España es ahora una sucursal estadounidense en toda regla. En la España de blanco y negro, boina, chaleco y botijo no había lugar para el imperialismo; excesivos trueques y demasiada huerta familiar. Hoy, la manutención de los informativos televisivos depende de los ingresos publicitarios de esas multinacionales que, a carrillo hinchado, mastican felizmente el consumo de los españoles ya sin boina, chaleco ni botijo. Españoles en color, pero sujetando, como aquél, una res en una mano y saludando al cielo con la otra. Ya no es un saludo fascista, es cierto, pero nos agitan la mano desde detrás como si un ventrílocuo fuese el dueño de nuestras palabras, de nuestras voluntades. Cuesta escaparse de su dominio. La televisión es en ocasiones ese ventrílocuo. Logra mostrar -antes en el NO-DO; ahora en otros formatos más modernos- la España que va bien, la nación rica que emerge de las ruinas a las que quisieron llevarla los malvados.

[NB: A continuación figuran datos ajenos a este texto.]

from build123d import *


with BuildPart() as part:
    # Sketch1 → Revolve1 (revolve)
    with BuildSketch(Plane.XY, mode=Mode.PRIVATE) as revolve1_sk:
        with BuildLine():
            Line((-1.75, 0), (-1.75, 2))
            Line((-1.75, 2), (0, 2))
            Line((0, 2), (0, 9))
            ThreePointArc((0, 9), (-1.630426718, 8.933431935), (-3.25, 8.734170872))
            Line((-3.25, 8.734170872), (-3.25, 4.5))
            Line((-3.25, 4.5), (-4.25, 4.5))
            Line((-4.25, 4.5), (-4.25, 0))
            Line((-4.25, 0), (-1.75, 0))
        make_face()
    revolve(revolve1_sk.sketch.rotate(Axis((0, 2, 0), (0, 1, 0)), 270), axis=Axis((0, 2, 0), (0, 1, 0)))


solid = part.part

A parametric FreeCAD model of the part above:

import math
import FreeCAD as App
import Part
import Sketcher

V = App.Vector
Q = App.Units.Quantity

doc = App.newDocument("Part")
body = doc.addObject("PartDesign::Body", "Body")

# Sketch on XY plane
sketch1 = doc.addObject("Sketcher::SketchObject", "Sketch")
body.addObject(sketch1)
sketch1.AttachmentSupport = (doc.XY_Plane, [""])
sketch1.MapMode = "FlatFace"
sketch1.addGeometry([
    Part.LineSegment(V(-1.8, 0, 0), V(-1.8, 2, 0)),  # 0
    Part.LineSegment(V(-1.8, 2, 0), V(0, 2, 0)),  # 1
    Part.LineSegment(V(0, 2, 0), V(0, 9, 0)),  # 2
    Part.ArcOfCircle(Part.Circle(V(0, -11, 0), V(0, 0, 1), 20), math.radians(90), math.radians(99.35)),  # 3
    Part.LineSegment(V(-3.2, 8.7, 0), V(-3.2, 4.5, 0)),  # 4
    Part.LineSegment(V(-3.2, 4.5, 0), V(-4.2, 4.5, 0)),  # 5
    Part.LineSegment(V(-4.2, 4.5, 0), V(-4.2, 0, 0)),  # 6
    Part.LineSegment(V(-4.2, 0, 0), V(-1.8, 0, 0)),  # 7
], False)
sketch1.addConstraint([
    Sketcher.Constraint("Coincident", 0, 2, 1, 1),
    Sketcher.Constraint("Coincident", 1, 2, 2, 1),
    Sketcher.Constraint("Coincident", 2, 2, 3, 1),
    Sketcher.Constraint("Coincident", 3, 2, 4, 1),
    Sketcher.Constraint("Coincident", 4, 2, 5, 1),
    Sketcher.Constraint("Coincident", 5, 2, 6, 1),
    Sketcher.Constraint("Coincident", 6, 2, 7, 1),
    Sketcher.Constraint("Coincident", 7, 2, 0, 1),
    Sketcher.Constraint("Vertical", 0),
    Sketcher.Constraint("Horizontal", 1),
    Sketcher.Constraint("Vertical", 2),
    Sketcher.Constraint("Vertical", 4),
    Sketcher.Constraint("Horizontal", 5),
    Sketcher.Constraint("Vertical", 6),
    Sketcher.Constraint("Horizontal", 7),
    Sketcher.Constraint("PointOnObject", 3, 3, -2),
    Sketcher.Constraint("PointOnObject", 1, 2, -2),
    Sketcher.Constraint("PointOnObject", 6, 2, -1),
    Sketcher.Constraint("Radius", 3, Q("20 mm")),
    Sketcher.Constraint("DistanceX", 5, 2, 5, 1, Q("1 mm")),
    Sketcher.Constraint("DistanceY", 0, 1, 0, 2, Q("2 mm")),
    Sketcher.Constraint("DistanceY", 2, 1, 2, 2, Q("7 mm")),
    Sketcher.Constraint("DistanceX", 7, 1, 7, 2, Q("2.5 mm")),
    Sketcher.Constraint("DistanceY", 6, 2, 6, 1, Q("4.5 mm")),
    Sketcher.Constraint("DistanceX", 1, 1, 1, 2, Q("1.75 mm")),
])
revolution = doc.addObject("PartDesign::Revolution", "Revolution")
body.addObject(revolution)
revolution.Profile = sketch1
revolution.ReferenceAxis = (sketch1, ["V_Axis"])
revolution.Angle = 360

doc.recompute()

Esta España sigue devorando a sus propios fantasmas. Unos fantasmas a los que se cita, pero a los que casi siempre se niega la palabra. "Los fantasmas no hablan", dicen los que pretenden pasar como centuriones del poder, pero es falso: ahí tienen a Javier Arenas, por poner un ejemplo; aunque me refería más bien a esos espectros teñidos de rojo. Ya no preocupan tanto esos espectros, ahora que Marx ha muerto. Pero los escribanos con escamas -que han seguido la escala evolutiva de los primeros reptiles- lanzas sus dardos y sus palabras, los nuevos cancerberos ladran a quienes persiguen extinguir las llamas de ese infierno de imágenes trucadas, relucientes verbenas populares y legiones de fieles a la doctrina oficial. Los malos siguen siendo enfermos estalinistas; los contrarios siguen siendo los desestabilizadores; los soñadores siguen siendo un peligro público; los que luchan contra la estandarización de los pareceres son elementos peligrosos; los que tratan de respirar de cerca la fragancia de la libertad de expresión son utópicos irreverentes, indeseables. Eso nos muestra el NO-DO de nuestros días, repartido en mil y un formatos de ilimitado alcance y obligada difusión. Los títeres son los mismos, la esperanza es, si cabe, menor.
Han pasado sesenta años. Callemos, nessun dorma, que sigan proyectando nuestro futuro a su antojo con nuestra oposición. Que no averigüen nuestros nombres. Peor será dentro de otros sesenta. Y tendremos que sobrevivir, ¿no?